Repeat word for word the opening stretch of the entries, from the first line through the line containing "v 29.05 -22.003 -2".

(Stored data)
□ □ □ □ □ □ □

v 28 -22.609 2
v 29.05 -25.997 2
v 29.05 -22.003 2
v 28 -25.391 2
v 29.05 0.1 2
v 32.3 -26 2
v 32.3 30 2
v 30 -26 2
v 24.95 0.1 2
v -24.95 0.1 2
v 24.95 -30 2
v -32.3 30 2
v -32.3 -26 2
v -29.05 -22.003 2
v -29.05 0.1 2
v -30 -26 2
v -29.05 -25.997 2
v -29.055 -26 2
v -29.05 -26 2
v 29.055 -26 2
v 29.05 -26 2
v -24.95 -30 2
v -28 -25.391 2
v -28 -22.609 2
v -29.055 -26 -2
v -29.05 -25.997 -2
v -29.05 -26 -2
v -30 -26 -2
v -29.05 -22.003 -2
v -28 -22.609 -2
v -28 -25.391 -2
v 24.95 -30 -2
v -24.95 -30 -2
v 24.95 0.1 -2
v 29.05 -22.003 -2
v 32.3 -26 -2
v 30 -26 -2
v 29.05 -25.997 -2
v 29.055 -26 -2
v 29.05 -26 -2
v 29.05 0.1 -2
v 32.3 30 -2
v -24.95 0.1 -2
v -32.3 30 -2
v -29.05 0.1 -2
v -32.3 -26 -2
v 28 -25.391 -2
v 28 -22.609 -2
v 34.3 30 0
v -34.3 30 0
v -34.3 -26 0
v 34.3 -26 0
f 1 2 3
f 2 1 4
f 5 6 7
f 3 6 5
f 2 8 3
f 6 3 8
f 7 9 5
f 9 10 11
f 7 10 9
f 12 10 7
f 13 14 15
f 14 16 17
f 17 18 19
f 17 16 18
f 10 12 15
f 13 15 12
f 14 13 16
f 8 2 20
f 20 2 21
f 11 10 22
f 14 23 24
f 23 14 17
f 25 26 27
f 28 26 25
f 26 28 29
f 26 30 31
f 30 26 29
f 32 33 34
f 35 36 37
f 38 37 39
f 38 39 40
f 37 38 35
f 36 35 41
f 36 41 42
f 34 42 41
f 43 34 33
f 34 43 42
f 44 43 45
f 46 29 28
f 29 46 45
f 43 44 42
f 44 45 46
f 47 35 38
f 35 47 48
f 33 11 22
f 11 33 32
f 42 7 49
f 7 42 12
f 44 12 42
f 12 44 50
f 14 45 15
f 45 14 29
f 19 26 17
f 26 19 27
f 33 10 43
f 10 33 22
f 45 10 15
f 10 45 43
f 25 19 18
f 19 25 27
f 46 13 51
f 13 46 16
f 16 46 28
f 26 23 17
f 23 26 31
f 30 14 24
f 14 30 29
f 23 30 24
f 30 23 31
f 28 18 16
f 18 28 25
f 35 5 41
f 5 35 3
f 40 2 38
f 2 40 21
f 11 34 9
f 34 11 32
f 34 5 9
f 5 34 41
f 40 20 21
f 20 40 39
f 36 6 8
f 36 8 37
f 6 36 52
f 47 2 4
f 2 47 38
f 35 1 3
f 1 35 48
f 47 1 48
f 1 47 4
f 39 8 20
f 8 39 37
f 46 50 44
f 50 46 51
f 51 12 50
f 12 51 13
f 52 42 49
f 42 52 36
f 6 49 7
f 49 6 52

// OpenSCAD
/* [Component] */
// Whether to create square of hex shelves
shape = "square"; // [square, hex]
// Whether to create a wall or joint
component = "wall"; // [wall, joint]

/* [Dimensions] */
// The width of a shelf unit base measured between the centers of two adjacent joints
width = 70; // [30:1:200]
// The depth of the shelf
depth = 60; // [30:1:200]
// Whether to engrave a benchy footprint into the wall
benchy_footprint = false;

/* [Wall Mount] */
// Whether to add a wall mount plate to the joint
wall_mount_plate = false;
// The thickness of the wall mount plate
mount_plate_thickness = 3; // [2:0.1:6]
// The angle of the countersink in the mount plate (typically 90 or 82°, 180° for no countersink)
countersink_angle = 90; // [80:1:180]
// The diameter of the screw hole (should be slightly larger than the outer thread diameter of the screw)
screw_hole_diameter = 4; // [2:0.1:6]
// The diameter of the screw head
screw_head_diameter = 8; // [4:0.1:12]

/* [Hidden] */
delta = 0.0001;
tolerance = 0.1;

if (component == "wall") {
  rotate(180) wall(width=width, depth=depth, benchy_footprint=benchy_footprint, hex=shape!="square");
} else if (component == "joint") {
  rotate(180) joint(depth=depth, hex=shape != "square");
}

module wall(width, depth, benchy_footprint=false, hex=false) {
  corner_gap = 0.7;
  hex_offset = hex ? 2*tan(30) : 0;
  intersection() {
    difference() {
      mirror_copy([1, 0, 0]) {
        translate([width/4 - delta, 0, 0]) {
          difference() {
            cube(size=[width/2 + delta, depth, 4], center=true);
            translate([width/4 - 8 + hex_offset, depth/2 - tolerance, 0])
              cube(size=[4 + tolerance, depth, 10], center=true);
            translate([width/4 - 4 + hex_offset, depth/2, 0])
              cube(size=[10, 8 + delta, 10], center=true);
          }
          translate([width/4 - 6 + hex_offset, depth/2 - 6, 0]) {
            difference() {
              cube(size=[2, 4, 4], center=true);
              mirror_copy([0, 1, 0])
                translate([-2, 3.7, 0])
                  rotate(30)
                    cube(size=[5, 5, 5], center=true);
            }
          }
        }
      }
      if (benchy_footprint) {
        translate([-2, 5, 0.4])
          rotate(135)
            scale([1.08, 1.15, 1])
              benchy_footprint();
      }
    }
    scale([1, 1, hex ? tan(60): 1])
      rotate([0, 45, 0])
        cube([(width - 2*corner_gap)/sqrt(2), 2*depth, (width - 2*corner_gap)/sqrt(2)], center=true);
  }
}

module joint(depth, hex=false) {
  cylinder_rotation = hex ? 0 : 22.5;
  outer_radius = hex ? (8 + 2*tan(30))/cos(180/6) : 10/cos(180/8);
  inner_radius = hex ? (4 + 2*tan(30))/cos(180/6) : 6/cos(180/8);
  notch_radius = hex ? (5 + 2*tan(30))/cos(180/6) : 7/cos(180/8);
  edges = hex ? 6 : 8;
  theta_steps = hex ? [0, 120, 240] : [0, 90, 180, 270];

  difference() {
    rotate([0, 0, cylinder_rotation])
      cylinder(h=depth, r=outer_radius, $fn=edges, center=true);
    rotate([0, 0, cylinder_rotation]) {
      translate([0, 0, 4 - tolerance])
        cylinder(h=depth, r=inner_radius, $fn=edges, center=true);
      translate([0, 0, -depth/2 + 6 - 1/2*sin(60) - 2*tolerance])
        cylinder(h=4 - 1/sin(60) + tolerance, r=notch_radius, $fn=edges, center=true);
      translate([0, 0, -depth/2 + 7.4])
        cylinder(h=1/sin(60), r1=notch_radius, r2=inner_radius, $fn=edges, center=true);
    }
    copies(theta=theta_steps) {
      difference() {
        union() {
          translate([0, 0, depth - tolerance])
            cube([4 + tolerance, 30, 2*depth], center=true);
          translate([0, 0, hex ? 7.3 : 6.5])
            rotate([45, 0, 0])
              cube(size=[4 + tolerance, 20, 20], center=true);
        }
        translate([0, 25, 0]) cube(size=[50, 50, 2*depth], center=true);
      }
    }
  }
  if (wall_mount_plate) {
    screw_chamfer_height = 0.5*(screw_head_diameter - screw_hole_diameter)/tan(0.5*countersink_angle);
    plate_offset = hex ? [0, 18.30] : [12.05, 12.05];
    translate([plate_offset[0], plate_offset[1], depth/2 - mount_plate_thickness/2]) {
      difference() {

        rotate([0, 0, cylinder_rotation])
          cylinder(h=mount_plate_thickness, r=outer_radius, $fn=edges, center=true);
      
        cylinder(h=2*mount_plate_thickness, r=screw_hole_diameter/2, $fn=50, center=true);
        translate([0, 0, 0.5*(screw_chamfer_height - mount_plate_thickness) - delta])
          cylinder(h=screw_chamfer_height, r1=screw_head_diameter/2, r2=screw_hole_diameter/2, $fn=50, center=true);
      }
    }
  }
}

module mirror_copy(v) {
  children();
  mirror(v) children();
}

□ □ □ □ □ □ □

- WRITTEN SOLUTION -
v 28 -22.609 2
v 29.05 -25.997 2
v 29.05 -22.003 2
v 28 -25.391 2
v 29.05 0.1 2
v 32.3 -26 2
v 32.3 30 2
v 30 -26 2
v 24.95 0.1 2
v -24.95 0.1 2
v 24.95 -30 2
v -32.3 30 2
v -32.3 -26 2
v -29.05 -22.003 2
v -29.05 0.1 2
v -30 -26 2
v -29.05 -25.997 2
v -29.055 -26 2
v -29.05 -26 2
v 29.055 -26 2
v 29.05 -26 2
v -24.95 -30 2
v -28 -25.391 2
v -28 -22.609 2
v -29.055 -26 -2
v -29.05 -25.997 -2
v -29.05 -26 -2
v -30 -26 -2
v -29.05 -22.003 -2
v -28 -22.609 -2
v -28 -25.391 -2
v 24.95 -30 -2
v -24.95 -30 -2
v 24.95 0.1 -2
v 29.05 -22.003 -2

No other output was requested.